The acceptance of these proposals by Carl Sherman of the American Jewish Congress; Henry Monsky, president of the B’nai B’rith and Bezalel Sherman of the Jewish Labor Committee was greeted with applause by the delegates. Morris D. Waldman, executive secretary of the American Jewish Committee, stated that his reaction towards the recommendations was favorable but that he could not commit himself until his executive had read the report. The delegates then voted to refer the report to the Board of Directors of the Council of Jewish Federations and Welfare Funds with the understanding that the Council is to find means to implement the report immediately.
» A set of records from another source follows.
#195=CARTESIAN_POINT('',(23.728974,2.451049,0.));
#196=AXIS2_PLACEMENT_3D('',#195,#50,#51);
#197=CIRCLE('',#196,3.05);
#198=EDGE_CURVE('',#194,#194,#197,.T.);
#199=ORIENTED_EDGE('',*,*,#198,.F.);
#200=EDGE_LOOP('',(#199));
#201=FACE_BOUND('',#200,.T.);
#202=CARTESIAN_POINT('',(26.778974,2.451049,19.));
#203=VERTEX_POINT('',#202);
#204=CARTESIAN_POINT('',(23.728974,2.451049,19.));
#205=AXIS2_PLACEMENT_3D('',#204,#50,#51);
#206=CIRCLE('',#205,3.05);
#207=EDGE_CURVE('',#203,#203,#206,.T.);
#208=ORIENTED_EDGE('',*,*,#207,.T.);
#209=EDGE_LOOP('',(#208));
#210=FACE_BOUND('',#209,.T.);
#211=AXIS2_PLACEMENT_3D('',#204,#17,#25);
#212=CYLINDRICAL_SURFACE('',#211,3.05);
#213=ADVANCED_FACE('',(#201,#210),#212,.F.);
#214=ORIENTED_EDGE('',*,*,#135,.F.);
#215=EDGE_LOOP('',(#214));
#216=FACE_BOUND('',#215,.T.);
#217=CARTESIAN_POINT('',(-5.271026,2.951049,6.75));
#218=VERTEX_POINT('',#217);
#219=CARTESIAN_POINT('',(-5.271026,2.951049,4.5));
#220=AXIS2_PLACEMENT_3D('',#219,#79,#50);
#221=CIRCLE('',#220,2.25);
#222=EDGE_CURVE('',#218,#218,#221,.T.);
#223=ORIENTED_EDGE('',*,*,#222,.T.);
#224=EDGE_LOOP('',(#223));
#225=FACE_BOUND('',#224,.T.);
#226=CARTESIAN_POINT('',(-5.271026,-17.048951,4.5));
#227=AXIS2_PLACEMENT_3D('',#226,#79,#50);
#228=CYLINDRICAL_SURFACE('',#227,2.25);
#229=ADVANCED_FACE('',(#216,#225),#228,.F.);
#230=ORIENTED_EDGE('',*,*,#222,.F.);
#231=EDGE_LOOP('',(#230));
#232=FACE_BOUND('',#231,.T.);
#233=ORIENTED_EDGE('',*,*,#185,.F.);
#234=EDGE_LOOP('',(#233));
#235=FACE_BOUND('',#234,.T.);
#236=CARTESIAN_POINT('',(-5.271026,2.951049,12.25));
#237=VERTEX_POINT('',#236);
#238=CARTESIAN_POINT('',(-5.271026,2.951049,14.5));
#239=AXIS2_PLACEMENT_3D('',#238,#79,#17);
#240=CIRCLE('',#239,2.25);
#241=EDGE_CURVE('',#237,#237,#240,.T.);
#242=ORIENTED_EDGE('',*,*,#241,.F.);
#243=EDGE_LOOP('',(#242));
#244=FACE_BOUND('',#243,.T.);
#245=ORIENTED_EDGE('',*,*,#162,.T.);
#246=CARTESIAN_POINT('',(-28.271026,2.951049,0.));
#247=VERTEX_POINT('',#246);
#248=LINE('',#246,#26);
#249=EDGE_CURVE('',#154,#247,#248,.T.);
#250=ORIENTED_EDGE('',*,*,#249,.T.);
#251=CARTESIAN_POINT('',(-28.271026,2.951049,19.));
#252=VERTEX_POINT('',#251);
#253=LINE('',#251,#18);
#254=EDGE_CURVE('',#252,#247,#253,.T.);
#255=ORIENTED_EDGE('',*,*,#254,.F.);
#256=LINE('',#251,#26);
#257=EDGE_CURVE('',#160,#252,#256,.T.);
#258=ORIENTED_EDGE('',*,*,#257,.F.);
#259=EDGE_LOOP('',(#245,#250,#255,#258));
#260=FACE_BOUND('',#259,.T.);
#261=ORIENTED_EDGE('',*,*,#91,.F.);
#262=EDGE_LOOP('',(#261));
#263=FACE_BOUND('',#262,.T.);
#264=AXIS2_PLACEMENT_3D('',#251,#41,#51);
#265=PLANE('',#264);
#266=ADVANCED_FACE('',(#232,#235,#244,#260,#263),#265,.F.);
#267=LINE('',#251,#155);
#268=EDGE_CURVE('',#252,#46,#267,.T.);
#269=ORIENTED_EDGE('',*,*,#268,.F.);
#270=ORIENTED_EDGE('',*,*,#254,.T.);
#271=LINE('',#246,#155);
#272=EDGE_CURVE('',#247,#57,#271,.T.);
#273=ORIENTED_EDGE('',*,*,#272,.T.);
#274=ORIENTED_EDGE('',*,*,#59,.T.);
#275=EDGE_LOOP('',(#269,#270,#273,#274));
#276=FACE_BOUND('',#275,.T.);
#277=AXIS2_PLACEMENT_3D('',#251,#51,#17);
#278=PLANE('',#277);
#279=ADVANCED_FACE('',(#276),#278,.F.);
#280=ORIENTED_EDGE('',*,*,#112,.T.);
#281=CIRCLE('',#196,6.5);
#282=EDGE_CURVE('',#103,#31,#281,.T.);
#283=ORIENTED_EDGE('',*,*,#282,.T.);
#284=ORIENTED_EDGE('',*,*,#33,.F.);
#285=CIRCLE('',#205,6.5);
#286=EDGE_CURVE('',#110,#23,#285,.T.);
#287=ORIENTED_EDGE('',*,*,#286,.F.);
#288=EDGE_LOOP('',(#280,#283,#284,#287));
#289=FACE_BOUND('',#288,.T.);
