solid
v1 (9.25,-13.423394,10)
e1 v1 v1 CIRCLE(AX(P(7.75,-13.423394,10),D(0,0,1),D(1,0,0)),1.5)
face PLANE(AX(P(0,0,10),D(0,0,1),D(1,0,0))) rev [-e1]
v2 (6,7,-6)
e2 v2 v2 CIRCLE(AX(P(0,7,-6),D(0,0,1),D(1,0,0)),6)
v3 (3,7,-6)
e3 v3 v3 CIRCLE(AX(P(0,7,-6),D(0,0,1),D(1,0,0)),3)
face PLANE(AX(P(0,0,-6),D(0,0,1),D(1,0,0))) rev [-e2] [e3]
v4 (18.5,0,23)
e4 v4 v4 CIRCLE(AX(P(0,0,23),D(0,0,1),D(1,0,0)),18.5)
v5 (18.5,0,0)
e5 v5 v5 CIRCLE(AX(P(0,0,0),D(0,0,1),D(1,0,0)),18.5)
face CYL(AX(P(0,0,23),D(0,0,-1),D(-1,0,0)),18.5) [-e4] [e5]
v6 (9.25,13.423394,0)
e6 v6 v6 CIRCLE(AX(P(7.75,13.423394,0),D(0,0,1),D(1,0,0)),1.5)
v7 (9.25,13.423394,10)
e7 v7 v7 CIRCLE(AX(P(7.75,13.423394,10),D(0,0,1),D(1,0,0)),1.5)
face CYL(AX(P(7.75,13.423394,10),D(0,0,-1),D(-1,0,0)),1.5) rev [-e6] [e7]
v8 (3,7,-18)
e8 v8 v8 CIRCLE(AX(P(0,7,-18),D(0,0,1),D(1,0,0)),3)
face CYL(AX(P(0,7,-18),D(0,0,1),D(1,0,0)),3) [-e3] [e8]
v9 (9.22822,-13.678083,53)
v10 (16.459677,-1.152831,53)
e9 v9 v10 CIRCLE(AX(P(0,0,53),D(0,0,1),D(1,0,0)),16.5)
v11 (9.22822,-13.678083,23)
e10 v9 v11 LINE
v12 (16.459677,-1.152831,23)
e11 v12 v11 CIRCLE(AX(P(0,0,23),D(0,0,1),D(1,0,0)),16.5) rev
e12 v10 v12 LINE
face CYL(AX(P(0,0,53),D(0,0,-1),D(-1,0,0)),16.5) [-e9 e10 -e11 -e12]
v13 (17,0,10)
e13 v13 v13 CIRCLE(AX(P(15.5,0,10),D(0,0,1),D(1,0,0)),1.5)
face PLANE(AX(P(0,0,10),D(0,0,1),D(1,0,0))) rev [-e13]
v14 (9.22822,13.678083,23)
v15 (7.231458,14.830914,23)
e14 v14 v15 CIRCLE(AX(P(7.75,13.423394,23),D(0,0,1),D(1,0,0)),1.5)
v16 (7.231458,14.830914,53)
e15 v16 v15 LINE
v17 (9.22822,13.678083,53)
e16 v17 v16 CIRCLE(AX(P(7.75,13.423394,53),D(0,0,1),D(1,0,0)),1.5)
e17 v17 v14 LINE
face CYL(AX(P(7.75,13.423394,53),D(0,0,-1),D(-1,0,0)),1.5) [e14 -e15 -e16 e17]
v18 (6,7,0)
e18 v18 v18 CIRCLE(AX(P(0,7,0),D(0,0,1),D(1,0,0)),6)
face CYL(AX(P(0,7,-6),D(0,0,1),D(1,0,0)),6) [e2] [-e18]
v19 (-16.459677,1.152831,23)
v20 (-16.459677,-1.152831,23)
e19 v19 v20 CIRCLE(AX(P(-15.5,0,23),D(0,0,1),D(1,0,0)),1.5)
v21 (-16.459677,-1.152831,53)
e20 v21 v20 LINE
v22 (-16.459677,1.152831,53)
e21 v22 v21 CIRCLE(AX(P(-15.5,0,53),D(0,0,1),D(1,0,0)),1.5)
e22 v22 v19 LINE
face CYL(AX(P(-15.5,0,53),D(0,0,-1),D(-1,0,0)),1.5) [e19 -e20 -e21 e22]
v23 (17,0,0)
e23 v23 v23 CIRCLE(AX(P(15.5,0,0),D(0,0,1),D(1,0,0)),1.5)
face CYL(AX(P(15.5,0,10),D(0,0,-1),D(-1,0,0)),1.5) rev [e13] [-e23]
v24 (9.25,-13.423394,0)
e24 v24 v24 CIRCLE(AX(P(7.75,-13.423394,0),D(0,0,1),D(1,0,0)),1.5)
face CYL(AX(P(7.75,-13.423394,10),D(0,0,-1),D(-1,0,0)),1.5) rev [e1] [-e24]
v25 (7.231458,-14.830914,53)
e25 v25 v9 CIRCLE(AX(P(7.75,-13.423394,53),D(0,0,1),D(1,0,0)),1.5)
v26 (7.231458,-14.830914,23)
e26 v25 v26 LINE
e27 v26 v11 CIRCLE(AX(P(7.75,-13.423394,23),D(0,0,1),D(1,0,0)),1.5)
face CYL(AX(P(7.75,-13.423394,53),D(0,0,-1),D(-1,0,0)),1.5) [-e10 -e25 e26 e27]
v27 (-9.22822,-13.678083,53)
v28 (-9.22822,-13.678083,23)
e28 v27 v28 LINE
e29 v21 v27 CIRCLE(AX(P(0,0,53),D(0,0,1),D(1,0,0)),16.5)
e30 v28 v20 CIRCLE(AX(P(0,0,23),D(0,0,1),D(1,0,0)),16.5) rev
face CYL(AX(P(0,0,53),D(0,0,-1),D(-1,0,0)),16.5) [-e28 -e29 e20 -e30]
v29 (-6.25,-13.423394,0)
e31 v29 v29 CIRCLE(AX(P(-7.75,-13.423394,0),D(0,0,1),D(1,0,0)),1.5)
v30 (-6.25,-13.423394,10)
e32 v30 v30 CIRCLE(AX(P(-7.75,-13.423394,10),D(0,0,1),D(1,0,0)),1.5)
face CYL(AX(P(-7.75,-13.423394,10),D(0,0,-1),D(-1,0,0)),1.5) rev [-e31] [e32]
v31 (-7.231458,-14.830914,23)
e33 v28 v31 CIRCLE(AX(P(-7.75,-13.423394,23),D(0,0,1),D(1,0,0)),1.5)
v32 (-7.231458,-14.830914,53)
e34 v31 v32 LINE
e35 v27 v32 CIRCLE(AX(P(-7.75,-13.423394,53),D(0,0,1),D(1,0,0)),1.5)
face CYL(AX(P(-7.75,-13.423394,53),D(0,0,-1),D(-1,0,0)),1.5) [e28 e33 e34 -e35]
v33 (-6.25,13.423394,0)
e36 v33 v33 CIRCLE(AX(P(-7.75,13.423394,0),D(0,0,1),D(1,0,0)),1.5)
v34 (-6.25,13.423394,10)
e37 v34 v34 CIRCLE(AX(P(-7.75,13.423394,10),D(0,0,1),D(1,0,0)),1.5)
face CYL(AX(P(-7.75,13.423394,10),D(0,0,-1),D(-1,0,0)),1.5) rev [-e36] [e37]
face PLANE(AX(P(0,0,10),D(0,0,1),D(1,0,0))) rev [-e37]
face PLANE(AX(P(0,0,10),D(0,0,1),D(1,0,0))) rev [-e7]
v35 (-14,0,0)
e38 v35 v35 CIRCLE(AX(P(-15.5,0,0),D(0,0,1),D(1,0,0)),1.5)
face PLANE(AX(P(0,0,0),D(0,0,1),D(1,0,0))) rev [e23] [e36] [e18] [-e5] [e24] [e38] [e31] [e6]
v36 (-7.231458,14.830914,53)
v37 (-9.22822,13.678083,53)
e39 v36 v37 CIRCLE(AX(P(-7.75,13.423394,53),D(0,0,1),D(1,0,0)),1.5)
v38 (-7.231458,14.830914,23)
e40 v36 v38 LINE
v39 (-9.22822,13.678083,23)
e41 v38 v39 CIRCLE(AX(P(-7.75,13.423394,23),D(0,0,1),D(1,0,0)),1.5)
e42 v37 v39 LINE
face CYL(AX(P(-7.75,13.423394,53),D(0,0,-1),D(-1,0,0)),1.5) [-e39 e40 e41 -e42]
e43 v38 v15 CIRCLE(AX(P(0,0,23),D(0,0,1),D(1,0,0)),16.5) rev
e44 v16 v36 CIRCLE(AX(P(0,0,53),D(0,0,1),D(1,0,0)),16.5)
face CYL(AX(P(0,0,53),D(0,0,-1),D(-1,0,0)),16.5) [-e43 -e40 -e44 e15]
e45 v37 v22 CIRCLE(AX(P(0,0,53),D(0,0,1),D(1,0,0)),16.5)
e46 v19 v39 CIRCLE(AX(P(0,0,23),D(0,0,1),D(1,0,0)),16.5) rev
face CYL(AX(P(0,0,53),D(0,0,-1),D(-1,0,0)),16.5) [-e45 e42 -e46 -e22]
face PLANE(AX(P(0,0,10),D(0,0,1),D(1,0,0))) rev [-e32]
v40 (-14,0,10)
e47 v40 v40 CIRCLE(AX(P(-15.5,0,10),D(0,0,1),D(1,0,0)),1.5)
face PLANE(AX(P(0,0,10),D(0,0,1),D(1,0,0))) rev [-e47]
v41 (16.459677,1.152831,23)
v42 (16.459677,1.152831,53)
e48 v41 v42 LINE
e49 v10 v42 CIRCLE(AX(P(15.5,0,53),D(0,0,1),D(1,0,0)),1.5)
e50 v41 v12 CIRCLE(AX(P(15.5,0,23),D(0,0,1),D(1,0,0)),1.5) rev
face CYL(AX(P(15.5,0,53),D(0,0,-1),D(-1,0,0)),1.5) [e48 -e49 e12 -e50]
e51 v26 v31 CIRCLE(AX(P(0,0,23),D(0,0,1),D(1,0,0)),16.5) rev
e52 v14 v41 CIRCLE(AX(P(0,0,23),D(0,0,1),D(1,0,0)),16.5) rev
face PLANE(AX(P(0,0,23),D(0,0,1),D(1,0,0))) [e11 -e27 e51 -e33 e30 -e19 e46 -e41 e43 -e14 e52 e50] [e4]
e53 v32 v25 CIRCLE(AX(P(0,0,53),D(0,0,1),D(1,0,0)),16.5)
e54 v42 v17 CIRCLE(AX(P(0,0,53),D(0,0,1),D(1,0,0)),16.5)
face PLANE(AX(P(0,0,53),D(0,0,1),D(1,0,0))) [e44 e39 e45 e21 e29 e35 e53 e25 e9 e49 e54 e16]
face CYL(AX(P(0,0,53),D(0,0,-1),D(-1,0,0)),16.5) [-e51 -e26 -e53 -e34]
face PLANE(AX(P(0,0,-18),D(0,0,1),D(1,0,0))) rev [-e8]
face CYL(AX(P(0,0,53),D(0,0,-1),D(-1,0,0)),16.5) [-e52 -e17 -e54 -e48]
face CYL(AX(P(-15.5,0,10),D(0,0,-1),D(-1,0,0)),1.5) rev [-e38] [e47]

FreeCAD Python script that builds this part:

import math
import FreeCAD as App
import Part
import Sketcher

doc = App.newDocument("Part")
body = doc.addObject("PartDesign::Body", "Body")

# Sketch on XY plane
sketch1 = body.newObject("Sketcher::SketchObject", "Sketch")
sketch1.AttachmentSupport = (doc.getObject("XY_Plane"), [""])
sketch1.MapMode = "FlatFace"
sketch1.addGeometry([
    Part.Circle(App.Vector(0, 0, 0), App.Vector(0, 0, 1), 18.5),  # 0
    Part.Circle(App.Vector(-7.8, -13.4, 0), App.Vector(0, 0, 1), 1.5),  # 1
    Part.Circle(App.Vector(7.8, -13.4, 0), App.Vector(0, 0, 1), 1.5),  # 2
    Part.Circle(App.Vector(-15.5, 0, 0), App.Vector(0, 0, 1), 1.5),  # 3
    Part.Circle(App.Vector(-7.8, 13.4, 0), App.Vector(0, 0, 1), 1.5),  # 4
    Part.Circle(App.Vector(15.5, 0, 0), App.Vector(0, 0, 1), 1.5),  # 5
    Part.Circle(App.Vector(7.8, 13.4, 0), App.Vector(0, 0, 1), 1.5),  # 6
], False)
sketch1.addConstraint([
    Sketcher.Constraint("Coincident", 0, 3, -1, 1),
    Sketcher.Constraint("Equal", 1, 2),
    Sketcher.Constraint("Equal", 2, 3),
    Sketcher.Constraint("Equal", 3, 4),
    Sketcher.Constraint("Equal", 4, 5),
    Sketcher.Constraint("Equal", 5, 6),
    Sketcher.Constraint("Symmetric", 2, 3, 4, 3, -1, 1),
    Sketcher.Constraint("Symmetric", 3, 3, 5, 3, -1, 1),
    Sketcher.Constraint("Symmetric", 1, 3, 6, 3, -1, 1),
    Sketcher.Constraint("Symmetric", 1, 3, 2, 3, -2),
    Sketcher.Constraint("PointOnObject", 3, 3, -1),
    Sketcher.Constraint("Diameter", 0, 37.0),
    Sketcher.Constraint("Diameter", 1, 3.0),
    Sketcher.Constraint("DistanceX", 3, 3, 5, 3, 31.0),
    Sketcher.Constraint("DistanceX", 1, 3, 2, 3, 15.5),
    Sketcher.Constraint("DistanceY", 1, 3, -1, 1, 13.423394),
])
pad1 = body.newObject("PartDesign::Pad", "Pad")
pad1.Profile = sketch1
pad1.Length = 23

# Sketch on XY plane
sketch2 = body.newObject("Sketcher::SketchObject", "Sketch001")
sketch2.AttachmentSupport = (doc.getObject("XY_Plane"), [""])
sketch2.MapMode = "FlatFace"
sketch2.addGeometry([
    Part.Circle(App.Vector(0, 7, 0), App.Vector(0, 0, 1), 6),
    Part.Circle(App.Vector(0, 7, 0), App.Vector(0, 0, 1), 3),
], False)
sketch2.addConstraint([
    Sketcher.Constraint("Coincident", 1, 3, 0, 3),
    Sketcher.Constraint("PointOnObject", 0, 3, -2),
    Sketcher.Constraint("Diameter", 0, 12.0),
    Sketcher.Constraint("Diameter", 1, 6.0),
    Sketcher.Constraint("DistanceY", -1, 1, 0, 3, 7.0),
])
pad2 = body.newObject("PartDesign::Pad", "Pad001")
pad2.Profile = sketch2
pad2.Length = 6
pad2.Reversed = True

# Sketch on XY plane
sketch3 = body.newObject("Sketcher::SketchObject", "Sketch002")
sketch3.AttachmentSupport = (doc.getObject("XY_Plane"), [""])
sketch3.MapMode = "FlatFace"
sketch3.addGeometry(Part.Circle(App.Vector(0, 7, 0), App.Vector(0, 0, 1), 3), False)
sketch3.addConstraint([
    Sketcher.Constraint("PointOnObject", 0, 3, -2),
    Sketcher.Constraint("Diameter", 0, 6.0),
    Sketcher.Constraint("DistanceY", -1, 1, 0, 3, 7.0),
])
pad3 = body.newObject("PartDesign::Pad", "Pad002")
pad3.Profile = sketch3
pad3.Length = 18
pad3.Reversed = True

# Sketch on XY plane
sketch4 = body.newObject("Sketcher::SketchObject", "Sketch003")
sketch4.AttachmentSupport = (doc.getObject("XY_Plane"), [""])
sketch4.MapMode = "FlatFace"
sketch4.addGeometry([
    Part.ArcOfCircle(Part.Circle(App.Vector(0, 0, 0), App.Vector(0, 0, 1), 16.5), math.radians(64), math.radians(116)),  # 0
    Part.ArcOfCircle(Part.Circle(App.Vector(-7.8, 13.4, 0), App.Vector(0, 0, 1), 1.5), math.radians(70), math.radians(170)),  # 1
    Part.ArcOfCircle(Part.Circle(App.Vector(0, 0, 0), App.Vector(0, 0, 1), 16.5), math.radians(124), math.radians(176)),  # 2
    Part.ArcOfCircle(Part.Circle(App.Vector(-15.5, 0, 0), App.Vector(0, 0, 1), 1.5), math.radians(130), math.radians(230)),  # 3
    Part.ArcOfCircle(Part.Circle(App.Vector(0, 0, 0), App.Vector(0, 0, 1), 16.5), math.radians(-176), math.radians(-124)),  # 4
    Part.ArcOfCircle(Part.Circle(App.Vector(-7.8, -13.4, 0), App.Vector(0, 0, 1), 1.5), math.radians(-170), math.radians(-70)),  # 5
    Part.ArcOfCircle(Part.Circle(App.Vector(0, 0, 0), App.Vector(0, 0, 1), 16.5), math.radians(-116), math.radians(-64)),  # 6
    Part.ArcOfCircle(Part.Circle(App.Vector(7.8, -13.4, 0), App.Vector(0, 0, 1), 1.5), math.radians(-110), math.radians(-10)),  # 7
    Part.ArcOfCircle(Part.Circle(App.Vector(0, 0, 0), App.Vector(0, 0, 1), 16.5), math.radians(-56), math.radians(-4)),  # 8
    Part.ArcOfCircle(Part.Circle(App.Vector(15.5, 0, 0), App.Vector(0, 0, 1), 1.5), math.radians(-50), math.radians(50)),  # 9
    Part.ArcOfCircle(Part.Circle(App.Vector(0, 0, 0), App.Vector(0, 0, 1), 16.5), math.radians(4), math.radians(56)),  # 10
    Part.ArcOfCircle(Part.Circle(App.Vector(7.8, 13.4, 0), App.Vector(0, 0, 1), 1.5), math.radians(10), math.radians(110)),  # 11
], False)
sketch4.addConstraint([
    Sketcher.Constraint("Coincident", 0, 2, 1, 1),
    Sketcher.Constraint("Coincident", 1, 2, 2, 1),
    Sketcher.Constraint("Coincident", 2, 2, 3, 1),
    Sketcher.Constraint("Coincident", 3, 2, 4, 1),
    Sketcher.Constraint("Coincident", 4, 2, 5, 1),
    Sketcher.Constraint("Coincident", 5, 2, 6, 1),
    Sketcher.Constraint("Coincident", 6, 2, 7, 1),
    Sketcher.Constraint("Coincident", 7, 2, 8, 1),
    Sketcher.Constraint("Coincident", 8, 2, 9, 1),
    Sketcher.Constraint("Coincident", 9, 2, 10, 1),
    Sketcher.Constraint("Coincident", 10, 2, 11, 1),
    Sketcher.Constraint("Coincident", 11, 2, 0, 1),
    Sketcher.Constraint("Coincident", 0, 3, -1, 1),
SATURATION POINT IN AMERICAN-JEWISH PHILANTHROPY NOT YET REACHED

At the session devoted to “Fund-Raising Problems of 1942,” presided over by Dr. Abba Hillel Silver, Isidore Sobeloff, executive director of the Jewish Welfare Federation in Detroit, presented the main report, in which he declared that: “The contributor who feels that the patriotic step would be to transfer funds from one campaign to another, to divert his giving rather than increase it, must be reminded that desertion of our special areas of responsibility is a disservice to Democracy. True patriotism in time of crisis cannot mean forgetting duties to family, local community or to Jewish groups, within the community and beyond.”

An earlier report, presented by Maurice B. Hexter, assistant executive vice-president of the New York Federation, asked that local Jewish communities evoke a major effort in thought and money. “This leads inevitably to a scheme of priorities,” Mr. Hexter stated, “and it will be our task to determine whether the following scheme of priorities is correct: Local community, then a minimum program of national Jewish work, then the international scene.”

Dr. James Heller of Cincinnati, Edward Kahn of Atlanta and Edward M. M. Warburg opposed this idea stressing that the saturation point in American Jewish giving had not been reached and there is no need to establish priorities. All Jewish programs are equally important and all deserve complete support, they said.